▶ [TASK PROMPT]: Copy out, exactly, the first line of the entries below and every line after it through the one containing "Rebuilt in FreeCAD, every".

(SUPPLIED MATERIAL)

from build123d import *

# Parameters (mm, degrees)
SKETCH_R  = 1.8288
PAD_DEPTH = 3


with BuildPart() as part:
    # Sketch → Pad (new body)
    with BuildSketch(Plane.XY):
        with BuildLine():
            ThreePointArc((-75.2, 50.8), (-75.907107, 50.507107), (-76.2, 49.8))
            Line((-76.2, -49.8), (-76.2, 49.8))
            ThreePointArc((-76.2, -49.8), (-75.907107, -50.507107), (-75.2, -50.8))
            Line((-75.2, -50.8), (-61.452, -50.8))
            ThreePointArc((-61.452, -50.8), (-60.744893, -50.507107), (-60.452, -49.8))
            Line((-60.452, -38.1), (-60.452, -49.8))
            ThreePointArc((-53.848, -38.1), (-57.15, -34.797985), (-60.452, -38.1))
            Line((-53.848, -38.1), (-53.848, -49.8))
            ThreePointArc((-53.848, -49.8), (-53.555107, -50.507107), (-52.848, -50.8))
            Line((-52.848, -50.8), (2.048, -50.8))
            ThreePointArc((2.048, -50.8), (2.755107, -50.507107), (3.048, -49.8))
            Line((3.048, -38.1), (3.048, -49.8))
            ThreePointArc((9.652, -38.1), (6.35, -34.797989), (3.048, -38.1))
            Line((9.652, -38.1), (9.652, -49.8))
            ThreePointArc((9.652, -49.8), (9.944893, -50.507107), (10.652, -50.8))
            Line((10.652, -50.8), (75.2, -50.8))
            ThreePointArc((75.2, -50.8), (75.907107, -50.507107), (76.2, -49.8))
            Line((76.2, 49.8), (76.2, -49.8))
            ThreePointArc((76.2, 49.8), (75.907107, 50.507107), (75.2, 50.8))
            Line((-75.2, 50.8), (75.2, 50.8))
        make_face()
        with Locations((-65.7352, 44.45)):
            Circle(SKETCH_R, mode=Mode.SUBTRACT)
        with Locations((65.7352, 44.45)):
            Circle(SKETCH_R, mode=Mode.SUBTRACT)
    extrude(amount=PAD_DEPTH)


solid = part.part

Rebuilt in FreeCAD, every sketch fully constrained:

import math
import FreeCAD as App
import Part
import Sketcher

V = App.Vector

doc = App.newDocument("Part")
body = doc.addObject("PartDesign::Body", "Body")

sketch1 = doc.addObject("Sketcher::SketchObject", "Sketch")
body.addObject(sketch1)
sketch1.AttachmentSupport = (doc.XY_Plane, [""])
sketch1.MapMode = "FlatFace"
sketch1.addGeometry([
    Part.ArcOfCircle(Part.Circle(V(-75.200001, 49.800001, 0), V(0, 0, 1), 0.999999), math.radians(89.999957), math.radians(180.000043)),
    Part.LineSegment(V(-76.2, 49.8, 0), V(-76.2, -49.8, 0)),
    Part.ArcOfCircle(Part.Circle(V(-75.200001, -49.800001, 0), V(0, 0, 1), 0.999999), math.radians(179.999957), math.radians(270.000043)),
    Part.LineSegment(V(-75.2, -50.8, 0), V(-61.452, -50.8, 0)),
    Part.ArcOfCircle(Part.Circle(V(-61.451999, -49.800001, 0), V(0, 0, 1), 0.999999), math.radians(-90.000043), math.radians(0.000043)),
    Part.LineSegment(V(-60.452, -49.8, 0), V(-60.452, -38.1, 0)),
    Part.ArcOfCircle(Part.Circle(V(-57.15, -38.099985, 0), V(0, 0, 1), 3.302), math.radians(-0.00026), math.radians(180.00026)),
    Part.LineSegment(V(-53.848, -38.1, 0), V(-53.848, -49.8, 0)),
    Part.ArcOfCircle(Part.Circle(V(-52.848001, -49.800001, 0), V(0, 0, 1), 0.999999), math.radians(179.999957), math.radians(270.000043)),
    Part.LineSegment(V(-52.848, -50.8, 0), V(2.048, -50.8, 0)),
    Part.ArcOfCircle(Part.Circle(V(2.048001, -49.800001, 0), V(0, 0, 1), 0.999999), math.radians(-90.000043), math.radians(0.000043)),
    Part.LineSegment(V(3.048, -49.8, 0), V(3.048, -38.1, 0)),
    Part.ArcOfCircle(Part.Circle(V(6.35, -38.099989, 0), V(0, 0, 1), 3.302), math.radians(-0.000191), math.radians(180.000191)),
    Part.LineSegment(V(9.652, -38.1, 0), V(9.652, -49.8, 0)),
    Part.ArcOfCircle(Part.Circle(V(10.651999, -49.800001, 0), V(0, 0, 1), 0.999999), math.radians(179.999957), math.radians(270.000043)),
    Part.LineSegment(V(10.652, -50.8, 0), V(75.2, -50.8, 0)),
    Part.ArcOfCircle(Part.Circle(V(75.200001, -49.800001, 0), V(0, 0, 1), 0.999999), math.radians(-90.000043), math.radians(0.000043)),
    Part.LineSegment(V(76.2, -49.8, 0), V(76.2, 49.8, 0)),
    Part.ArcOfCircle(Part.Circle(V(75.200001, 49.800001, 0), V(0, 0, 1), 0.999999), math.radians(-0.000043), math.radians(90.000043)),
    Part.LineSegment(V(75.2, 50.8, 0), V(-75.2, 50.8, 0)),
    Part.Circle(V(-65.7352, 44.45, 0), V(0, 0, 1), 1.8288),
    Part.Circle(V(65.7352, 44.45, 0), V(0, 0, 1), 1.8288),
], False)
sketch1.addConstraint([
    Sketcher.Constraint("Tangent", 0, 2, 1, 1),
    Sketcher.Constraint("Tangent", 1, 2, 2, 1),
    Sketcher.Constraint("Tangent", 2, 2, 3, 1),
    Sketcher.Constraint("Tangent", 3, 2, 4, 1),
    Sketcher.Constraint("Tangent", 4, 2, 5, 1),
    Sketcher.Constraint("Coincident", 5, 2, 6, 2),
    Sketcher.Constraint("Coincident", 6, 1, 7, 1),
    Sketcher.Constraint("Tangent", 7, 2, 8, 1),
    Sketcher.Constraint("Tangent", 8, 2, 9, 1),
    Sketcher.Constraint("Tangent", 9, 2, 10, 1),
    Sketcher.Constraint("Tangent", 10, 2, 11, 1),
    Sketcher.Constraint("Coincident", 11, 2, 12, 2),
    Sketcher.Constraint("Coincident", 12, 1, 13, 1),
    Sketcher.Constraint("Tangent", 13, 2, 14, 1),
    Sketcher.Constraint("Tangent", 14, 2, 15, 1),
    Sketcher.Constraint("Tangent", 15, 2, 16, 1),
    Sketcher.Constraint("Tangent", 16, 2, 17, 1),
    Sketcher.Constraint("Tangent", 17, 2, 18, 1),
    Sketcher.Constraint("Tangent", 18, 2, 19, 1),
    Sketcher.Constraint("Tangent", 19, 2, 0, 1),
    Sketcher.Constraint("Vertical", 1),
    Sketcher.Constraint("Horizontal", 3),
    Sketcher.Constraint("Vertical", 5),
    Sketcher.Constraint("Vertical", 7),
    Sketcher.Constraint("Horizontal", 9),
    Sketcher.Constraint("Vertical", 11),
    Sketcher.Constraint("Vertical", 13),
    Sketcher.Constraint("Horizontal", 15),
    Sketcher.Constraint("Vertical", 17),
    Sketcher.Constraint("Horizontal", 19),
    Sketcher.Constraint("Equal", 0, 2),
    Sketcher.Constraint("Equal", 2, 4),
    Sketcher.Constraint("Equal", 4, 8),
    Sketcher.Constraint("Equal", 8, 10),
    Sketcher.Constraint("Equal", 6, 12),
    Sketcher.Constraint("Equal", 10, 14),
    Sketcher.Constraint("Equal", 14, 16),
    Sketcher.Constraint("Equal", 16, 18),
    Sketcher.Constraint("Equal", 20, 21),
    Sketcher.Constraint("Symmetric", 0, 3, 16, 3, -1, 1),
    Sketcher.Constraint("Symmetric", 20, 3, 21, 3, -2),
    Sketcher.Constraint("Horizontal", 4, 3, 8, 3),
    Sketcher.Constraint("Horizontal", 10, 3, 14, 3),
    Sketcher.Constraint("Horizontal", 5, 2, 6, 1),
    Sketcher.Constraint("Horizontal", 6, 1, 11, 2),
    Sketcher.Constraint("Horizontal", 11, 2, 12, 1),
    Sketcher.Constraint("Radius", 0, 0.999999),
    Sketcher.Constraint("DistanceX", 19, 2, 19, 1, 150.4),
    Sketcher.Constraint("DistanceY", 1, 2, 1, 1, 99.6),
    Sketcher.Constraint("DistanceY", 5, 1, 5, 2, 11.7),
    Sketcher.Constraint("Radius", 6, 3.302),
    Sketcher.Constraint("Diameter", 20, 3.6576),
    Sketcher.Constraint("DistanceX", 4, 3, 10, 3, 63.5),
    Sketcher.Constraint("DistanceX", 3, 1, 3, 2, 13.748),
    Sketcher.Constraint("DistanceY", -1, 1, 20, 3, 44.45),
    Sketcher.Constraint("DistanceX", 20, 3, -1, 1, 65.7352),
    Sketcher.Constraint("DistanceY", 12, 3, -1, 1, 38.099989),
    Sketcher.Constraint("DistanceY", 6, 3, -1, 1, 38.099985),
])
pad1 = doc.addObject("PartDesign::Pad", "Pad")
body.addObject(pad1)
pad1.Profile = sketch1
pad1.Length = 3

doc.recompute()
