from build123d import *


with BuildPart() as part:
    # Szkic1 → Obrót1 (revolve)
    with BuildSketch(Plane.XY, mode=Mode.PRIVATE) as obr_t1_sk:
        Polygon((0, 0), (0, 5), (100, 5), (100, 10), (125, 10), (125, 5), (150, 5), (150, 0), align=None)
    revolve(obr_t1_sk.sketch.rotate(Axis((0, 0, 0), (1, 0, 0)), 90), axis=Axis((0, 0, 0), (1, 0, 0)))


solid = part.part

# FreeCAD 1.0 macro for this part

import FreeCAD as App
import Part
import Sketcher

V = App.Vector
Q = App.Units.Quantity

doc = App.newDocument("Part")
body = doc.addObject("PartDesign::Body", "Body")

sketch1 = body.newObject("Sketcher::SketchObject", "Sketch")
sketch1.AttachmentSupport = (doc.getObject("XY_Plane"), [""])
sketch1.MapMode = "FlatFace"
sketch1.addGeometry([
    Part.LineSegment(V(0, 5, 0), V(0, 0, 0)),
    Part.LineSegment(V(0, 0, 0), V(150, 0, 0)),
    Part.LineSegment(V(150, 0, 0), V(150, 5, 0)),
    Part.LineSegment(V(150, 5, 0), V(125, 5, 0)),
    Part.LineSegment(V(125, 5, 0), V(125, 10, 0)),
    Part.LineSegment(V(125, 10, 0), V(100, 10, 0)),
    Part.LineSegment(V(100, 10, 0), V(100, 5, 0)),
    Part.LineSegment(V(100, 5, 0), V(0, 5, 0)),
], False)
sketch1.addConstraint([
    Sketcher.Constraint("Coincident", 0, 2, 1, 1),
    Sketcher.Constraint("Coincident", 1, 2, 2, 1),
    Sketcher.Constraint("Coincident", 2, 2, 3, 1),
    Sketcher.Constraint("Coincident", 3, 2, 4, 1),
    Sketcher.Constraint("Coincident", 4, 2, 5, 1),
    Sketcher.Constraint("Coincident", 5, 2, 6, 1),
    Sketcher.Constraint("Coincident", 6, 2, 7, 1),
    Sketcher.Constraint("Coincident", 7, 2, 0, 1),
    Sketcher.Constraint("Vertical", 0),
    Sketcher.Constraint("Horizontal", 1),
    Sketcher.Constraint("Vertical", 2),
    Sketcher.Constraint("Horizontal", 3),
    Sketcher.Constraint("Vertical", 4),
    Sketcher.Constraint("Horizontal", 5),
    Sketcher.Constraint("Vertical", 6),
    Sketcher.Constraint("Horizontal", 7),
    Sketcher.Constraint("Coincident", 0, 2, -1, 1),
    Sketcher.Constraint("Horizontal", 3, 2, 6, 2),
    Sketcher.Constraint("Equal", 3, 5),
    Sketcher.Constraint("Equal", 2, 4),
    Sketcher.Constraint("DistanceX", 1, 1, 1, 2, Q("150 mm")),
    Sketcher.Constraint("DistanceX", 3, 2, 3, 1, Q("25 mm")),
    Sketcher.Constraint("DistanceY", 0, 2, 0, 1, Q("5 mm")),
])
revolution = body.newObject("PartDesign::Revolution", "Revolution")
revolution.Profile = sketch1
revolution.ReferenceAxis = (sketch1, ["H_Axis"])
revolution.Angle = 360

doc.recompute()
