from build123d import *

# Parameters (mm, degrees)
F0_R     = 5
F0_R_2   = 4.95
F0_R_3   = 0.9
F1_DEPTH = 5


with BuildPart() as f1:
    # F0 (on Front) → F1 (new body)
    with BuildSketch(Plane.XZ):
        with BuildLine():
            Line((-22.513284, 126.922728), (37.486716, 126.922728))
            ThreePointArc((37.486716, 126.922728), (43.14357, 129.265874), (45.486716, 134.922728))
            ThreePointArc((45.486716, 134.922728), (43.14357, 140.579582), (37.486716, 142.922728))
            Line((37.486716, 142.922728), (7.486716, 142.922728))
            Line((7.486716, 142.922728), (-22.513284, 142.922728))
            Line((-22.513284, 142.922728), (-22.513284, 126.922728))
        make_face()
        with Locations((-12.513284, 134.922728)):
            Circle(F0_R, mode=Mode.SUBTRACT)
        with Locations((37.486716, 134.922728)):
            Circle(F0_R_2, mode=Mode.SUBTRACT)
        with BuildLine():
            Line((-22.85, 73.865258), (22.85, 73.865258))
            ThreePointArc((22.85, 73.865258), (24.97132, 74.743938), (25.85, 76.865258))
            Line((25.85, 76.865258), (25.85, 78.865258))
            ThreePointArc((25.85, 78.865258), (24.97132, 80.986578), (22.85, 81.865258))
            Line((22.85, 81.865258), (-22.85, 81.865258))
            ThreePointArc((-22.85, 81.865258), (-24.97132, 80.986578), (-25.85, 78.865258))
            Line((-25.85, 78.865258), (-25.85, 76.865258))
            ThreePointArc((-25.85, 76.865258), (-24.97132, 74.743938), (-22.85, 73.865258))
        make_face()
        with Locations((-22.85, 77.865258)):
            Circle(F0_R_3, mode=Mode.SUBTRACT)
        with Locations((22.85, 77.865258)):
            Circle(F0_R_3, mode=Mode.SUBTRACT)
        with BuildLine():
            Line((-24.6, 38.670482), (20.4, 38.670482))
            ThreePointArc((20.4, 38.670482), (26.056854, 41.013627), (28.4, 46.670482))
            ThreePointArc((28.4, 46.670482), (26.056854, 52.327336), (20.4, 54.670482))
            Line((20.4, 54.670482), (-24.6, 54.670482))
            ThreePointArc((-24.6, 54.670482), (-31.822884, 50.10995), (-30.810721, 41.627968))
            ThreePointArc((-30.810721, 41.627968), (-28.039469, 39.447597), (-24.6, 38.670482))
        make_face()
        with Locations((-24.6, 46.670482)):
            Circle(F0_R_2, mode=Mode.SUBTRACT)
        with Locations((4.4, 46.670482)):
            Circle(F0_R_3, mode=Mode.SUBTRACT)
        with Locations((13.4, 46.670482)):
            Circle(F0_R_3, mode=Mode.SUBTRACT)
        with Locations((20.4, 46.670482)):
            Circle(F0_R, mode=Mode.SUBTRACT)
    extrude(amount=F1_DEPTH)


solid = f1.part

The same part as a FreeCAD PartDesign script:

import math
import FreeCAD as App
import Part
import Sketcher

V = App.Vector
Q = App.Units.Quantity

doc = App.newDocument("Part")
body = doc.addObject("PartDesign::Body", "Body")
body.AllowCompound = True

# Sketch on XZ plane
sketch1 = doc.addObject("Sketcher::SketchObject", "Sketch")
body.addObject(sketch1)
sketch1.AttachmentSupport = (doc.XZ_Plane, [""])
sketch1.MapMode = "FlatFace"
sketch1.addGeometry(Part.LineSegment(V(-22.5, 126.9, 0), V(37.5, 126.9, 0)), False)
sketch1.addGeometry(Part.ArcOfCircle(Part.Circle(V(37.5, 134.9, 0), V(0, 0, 1), 8), math.radians(-90), math.radians(0)), False)
sketch1.addGeometry(Part.ArcOfCircle(Part.Circle(V(37.5, 134.9, 0), V(0, 0, 1), 8), math.radians(0), math.radians(90)), False)
sketch1.addGeometry(Part.LineSegment(V(37.5, 142.9, 0), V(-22.5, 142.9, 0)), False)
sketch1.addGeometry(Part.LineSegment(V(-22.5, 142.9, 0), V(-22.5, 126.9, 0)), False)
sketch1.addGeometry(Part.Circle(V(-12.5, 134.9, 0), V(0, 0, 1), 5), False)
sketch1.addGeometry(Part.Circle(V(37.5, 134.9, 0), V(0, 0, 1), 5), False)
sketch1.addGeometry(Part.LineSegment(V(-22.9, 73.9, 0), V(22.9, 73.9, 0)), False)
sketch1.addGeometry(Part.ArcOfCircle(Part.Circle(V(22.8, 76.9, 0), V(0, 0, 1), 3), math.radians(-90), math.radians(0)), False)
sketch1.addGeometry(Part.LineSegment(V(25.9, 76.9, 0), V(25.9, 78.9, 0)), False)
sketch1.addGeometry(Part.ArcOfCircle(Part.Circle(V(22.8, 78.9, 0), V(0, 0, 1), 3), math.radians(0), math.radians(90)), False)
sketch1.addGeometry(Part.LineSegment(V(22.9, 81.9, 0), V(-22.9, 81.9, 0)), False)
sketch1.addGeometry(Part.ArcOfCircle(Part.Circle(V(-22.8, 78.9, 0), V(0, 0, 1), 3), math.radians(90), math.radians(180)), False)
sketch1.addGeometry(Part.LineSegment(V(-25.9, 78.9, 0), V(-25.9, 76.9, 0)), False)
sketch1.addGeometry(Part.ArcOfCircle(Part.Circle(V(-22.8, 76.9, 0), V(0, 0, 1), 3), math.radians(-180), math.radians(-90)), False)
sketch1.addGeometry(Part.Circle(V(-22.9, 77.9, 0), V(0, 0, 1), 0.9), False)
sketch1.addGeometry(Part.Circle(V(22.9, 77.9, 0), V(0, 0, 1), 0.9), False)
sketch1.addGeometry(Part.LineSegment(V(-24.6, 38.7, 0), V(20.4, 38.7, 0)), False)
sketch1.addGeometry(Part.ArcOfCircle(Part.Circle(V(20.4, 46.7, 0), V(0, 0, 1), 8), math.radians(-90), math.radians(0)), False)
sketch1.addGeometry(Part.ArcOfCircle(Part.Circle(V(20.4, 46.7, 0), V(0, 0, 1), 8), math.radians(0), math.radians(90)), False)
sketch1.addGeometry(Part.LineSegment(V(20.4, 54.7, 0), V(-24.6, 54.7, 0)), False)
sketch1.addGeometry(Part.ArcOfCircle(Part.Circle(V(-24.6, 46.7, 0), V(0, 0, 1), 8), math.radians(90), math.radians(219)), False)
sketch1.addGeometry(Part.ArcOfCircle(Part.Circle(V(-24.6, 46.7, 0), V(0, 0, 1), 8), math.radians(-141), math.radians(-90)), False)
sketch1.addGeometry(Part.Circle(V(-24.6, 46.7, 0), V(0, 0, 1), 5), False)
sketch1.addGeometry(Part.Circle(V(4.4, 46.7, 0), V(0, 0, 1), 0.9), False)
sketch1.addGeometry(Part.Circle(V(13.4, 46.7, 0), V(0, 0, 1), 0.9), False)
sketch1.addGeometry(Part.Circle(V(20.4, 46.7, 0), V(0, 0, 1), 5), False)
sketch1.addConstraint(Sketcher.Constraint("Tangent", 0, 2, 1, 1))
sketch1.addConstraint(Sketcher.Constraint("Tangent", 1, 2, 2, 1))
sketch1.addConstraint(Sketcher.Constraint("Tangent", 2, 2, 3, 1))
sketch1.addConstraint(Sketcher.Constraint("Coincident", 3, 2, 4, 1))
sketch1.addConstraint(Sketcher.Constraint("Coincident", 4, 2, 0, 1))
sketch1.addConstraint(Sketcher.Constraint("Tangent", 7, 2, 8, 1))
sketch1.addConstraint(Sketcher.Constraint("Tangent", 8, 2, 9, 1))
sketch1.addConstraint(Sketcher.Constraint("Tangent", 9, 2, 10, 1))
sketch1.addConstraint(Sketcher.Constraint("Tangent", 10, 2, 11, 1))
sketch1.addConstraint(Sketcher.Constraint("Tangent", 11, 2, 12, 1))
sketch1.addConstraint(Sketcher.Constraint("Tangent", 12, 2, 13, 1))
sketch1.addConstraint(Sketcher.Constraint("Tangent", 13, 2, 14, 1))
sketch1.addConstraint(Sketcher.Constraint("Tangent", 14, 2, 7, 1))
sketch1.addConstraint(Sketcher.Constraint("Tangent", 17, 2, 18, 1))
sketch1.addConstraint(Sketcher.Constraint("Tangent", 18, 2, 19, 1))
sketch1.addConstraint(Sketcher.Constraint("Tangent", 19, 2, 20, 1))
sketch1.addConstraint(Sketcher.Constraint("Tangent", 20, 2, 21, 1))
sketch1.addConstraint(Sketcher.Constraint("Tangent", 21, 2, 22, 1))
sketch1.addConstraint(Sketcher.Constraint("Tangent", 22, 2, 17, 1))
sketch1.addConstraint(Sketcher.Constraint("Horizontal", 0))
sketch1.addConstraint(Sketcher.Constraint("Horizontal", 3))
sketch1.addConstraint(Sketcher.Constraint("Vertical", 4))
sketch1.addConstraint(Sketcher.Constraint("Horizontal", 7))
sketch1.addConstraint(Sketcher.Constraint("Vertical", 9))
sketch1.addConstraint(Sketcher.Constraint("Horizontal", 11))
sketch1.addConstraint(Sketcher.Constraint("Vertical", 13))
sketch1.addConstraint(Sketcher.Constraint("Horizontal", 17))
sketch1.addConstraint(Sketcher.Constraint("Horizontal", 20))
sketch1.addConstraint(Sketcher.Constraint("Coincident", 6, 3, 1, 3))
sketch1.addConstraint(Sketcher.Constraint("Coincident", 23, 3, 21, 3))
sketch1.addConstraint(Sketcher.Constraint("Coincident", 26, 3, 18, 3))
sketch1.addConstraint(Sketcher.Constraint("Equal", 1, 2))
sketch1.addConstraint(Sketcher.Constraint("Equal", 8, 10))
sketch1.addConstraint(Sketcher.Constraint("Equal", 10, 12))
sketch1.addConstraint(Sketcher.Constraint("Equal", 12, 14))
sketch1.addConstraint(Sketcher.Constraint("Equal", 15, 16))
sketch1.addConstraint(Sketcher.Constraint("Equal", 2, 18))
sketch1.addConstraint(Sketcher.Constraint("Equal", 18, 19))
sketch1.addConstraint(Sketcher.Constraint("Equal", 19, 21))
sketch1.addConstraint(Sketcher.Constraint("Equal", 6, 23))
sketch1.addConstraint(Sketcher.Constraint("Equal", 16, 24))
sketch1.addConstraint(Sketcher.Constraint("Equal", 24, 25))
sketch1.addConstraint(Sketcher.Constraint("Equal", 5, 26))
sketch1.addConstraint(Sketcher.Constraint("Symmetric", 15, 3, 16, 3, -2))
sketch1.addConstraint(Sketcher.Constraint("Horizontal", 2, 3, 5, 3))
sketch1.addConstraint(Sketcher.Constraint("Horizontal", 23, 3, 24, 3))
sketch1.addConstraint(Sketcher.Constraint("Horizontal", 24, 3, 25, 3))
sketch1.addConstraint(Sketcher.Constraint("Horizontal", 6, 3, 1, 2))
sketch1.addConstraint(Sketcher.Constraint("Horizontal", 26, 3, 18, 2))
sketch1.addConstraint(Sketcher.Constraint("Vertical", 14, 3, 15, 3))
sketch1.addConstraint(Sketcher.Constraint("Vertical", 10, 3, 16, 3))
sketch1.addConstraint(Sketcher.Constraint("Diameter", 5, Q("10 mm")))
sketch1.addConstraint(Sketcher.Constraint("Radius", 1, Q("8.000001 mm")))
sketch1.addConstraint(Sketcher.Constraint("Radius", 8, Q("3.000001 mm")))
sketch1.addConstraint(Sketcher.Constraint("Diameter", 6, Q("9.9 mm")))
sketch1.addConstraint(Sketcher.Constraint("Diameter", 15, Q("1.8 mm")))
sketch1.addConstraint(Sketcher.Constraint("DistanceX", 0, 1, 0, 2, Q("60 mm")))
sketch1.addConstraint(Sketcher.Constraint("DistanceX", 17, 1, 17, 2, Q("45 mm")))
sketch1.addConstraint(Sketcher.Constraint("DistanceY", 9, 1, 9, 2, Q("2 mm")))
sketch1.addConstraint(Sketcher.Constraint("DistanceX", 7, 1, 7, 2, Q("45.7 mm")))
sketch1.addConstraint(Sketcher.Constraint("DistanceX", 5, 3, 1, 3, Q("49.999999 mm")))
sketch1.addConstraint(Sketcher.Constraint("DistanceY", 15, 3, 12, 3, Q("0.999999 mm")))
sketch1.addConstraint(Sketcher.Constraint("DistanceX", 24, 3, 19, 3, Q("15.999999 mm")))
sketch1.addConstraint(Sketcher.Constraint("DistanceX", 25, 3, 19, 3, Q("6.999999 mm")))
sketch1.addConstraint(Sketcher.Constraint("DistanceX", -1, 1, 18, 3, Q("20.400001 mm")))
sketch1.addConstraint(Sketcher.Constraint("DistanceY", -1, 1, 1, 3, Q("134.922729 mm")))
sketch1.addConstraint(Sketcher.Constraint("DistanceY", -1, 1, 8, 3, Q("76.865259 mm")))
sketch1.addConstraint(Sketcher.Constraint("DistanceY", -1, 1, 18, 3, Q("46.670481 mm")))
sketch1.addConstraint(Sketcher.Constraint("DistanceX", 21, 2, -1, 1, Q("30.810721 mm")))
sketch1.addConstraint(Sketcher.Constraint("DistanceX", -1, 1, 1, 3, Q("37.486715 mm")))
pad1 = doc.addObject("PartDesign::Pad", "Pad")
body.addObject(pad1)
pad1.Profile = sketch1
pad1.Length = 5

doc.recompute()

(End SUPPLIED MATERIAL)

▶ [SOLUTION FOR THIS TASK]:
from build123d import *

# Parameters (mm, degrees)
SKETCH_R  = 1.8288
PAD_DEPTH = 3


with BuildPart() as part:
    # Sketch → Pad (new body)
    with BuildSketch(Plane.XY):
        with BuildLine():
            ThreePointArc((-75.2, 50.8), (-75.907107, 50.507107), (-76.2, 49.8))
            Line((-76.2, -49.8), (-76.2, 49.8))
            ThreePointArc((-76.2, -49.8), (-75.907107, -50.507107), (-75.2, -50.8))
            Line((-75.2, -50.8), (-61.452, -50.8))
            ThreePointArc((-61.452, -50.8), (-60.744893, -50.507107), (-60.452, -49.8))
            Line((-60.452, -38.1), (-60.452, -49.8))
            ThreePointArc((-53.848, -38.1), (-57.15, -34.797985), (-60.452, -38.1))
            Line((-53.848, -38.1), (-53.848, -49.8))
            ThreePointArc((-53.848, -49.8), (-53.555107, -50.507107), (-52.848, -50.8))
            Line((-52.848, -50.8), (2.048, -50.8))
            ThreePointArc((2.048, -50.8), (2.755107, -50.507107), (3.048, -49.8))
            Line((3.048, -38.1), (3.048, -49.8))
            ThreePointArc((9.652, -38.1), (6.35, -34.797989), (3.048, -38.1))
            Line((9.652, -38.1), (9.652, -49.8))
            ThreePointArc((9.652, -49.8), (9.944893, -50.507107), (10.652, -50.8))
            Line((10.652, -50.8), (75.2, -50.8))
            ThreePointArc((75.2, -50.8), (75.907107, -50.507107), (76.2, -49.8))
            Line((76.2, 49.8), (76.2, -49.8))
            ThreePointArc((76.2, 49.8), (75.907107, 50.507107), (75.2, 50.8))
            Line((-75.2, 50.8), (75.2, 50.8))
        make_face()
        with Locations((-65.7352, 44.45)):
            Circle(SKETCH_R, mode=Mode.SUBTRACT)
        with Locations((65.7352, 44.45)):
            Circle(SKETCH_R, mode=Mode.SUBTRACT)
    extrude(amount=PAD_DEPTH)


solid = part.part

Rebuilt in FreeCAD, every sketch fully constrained:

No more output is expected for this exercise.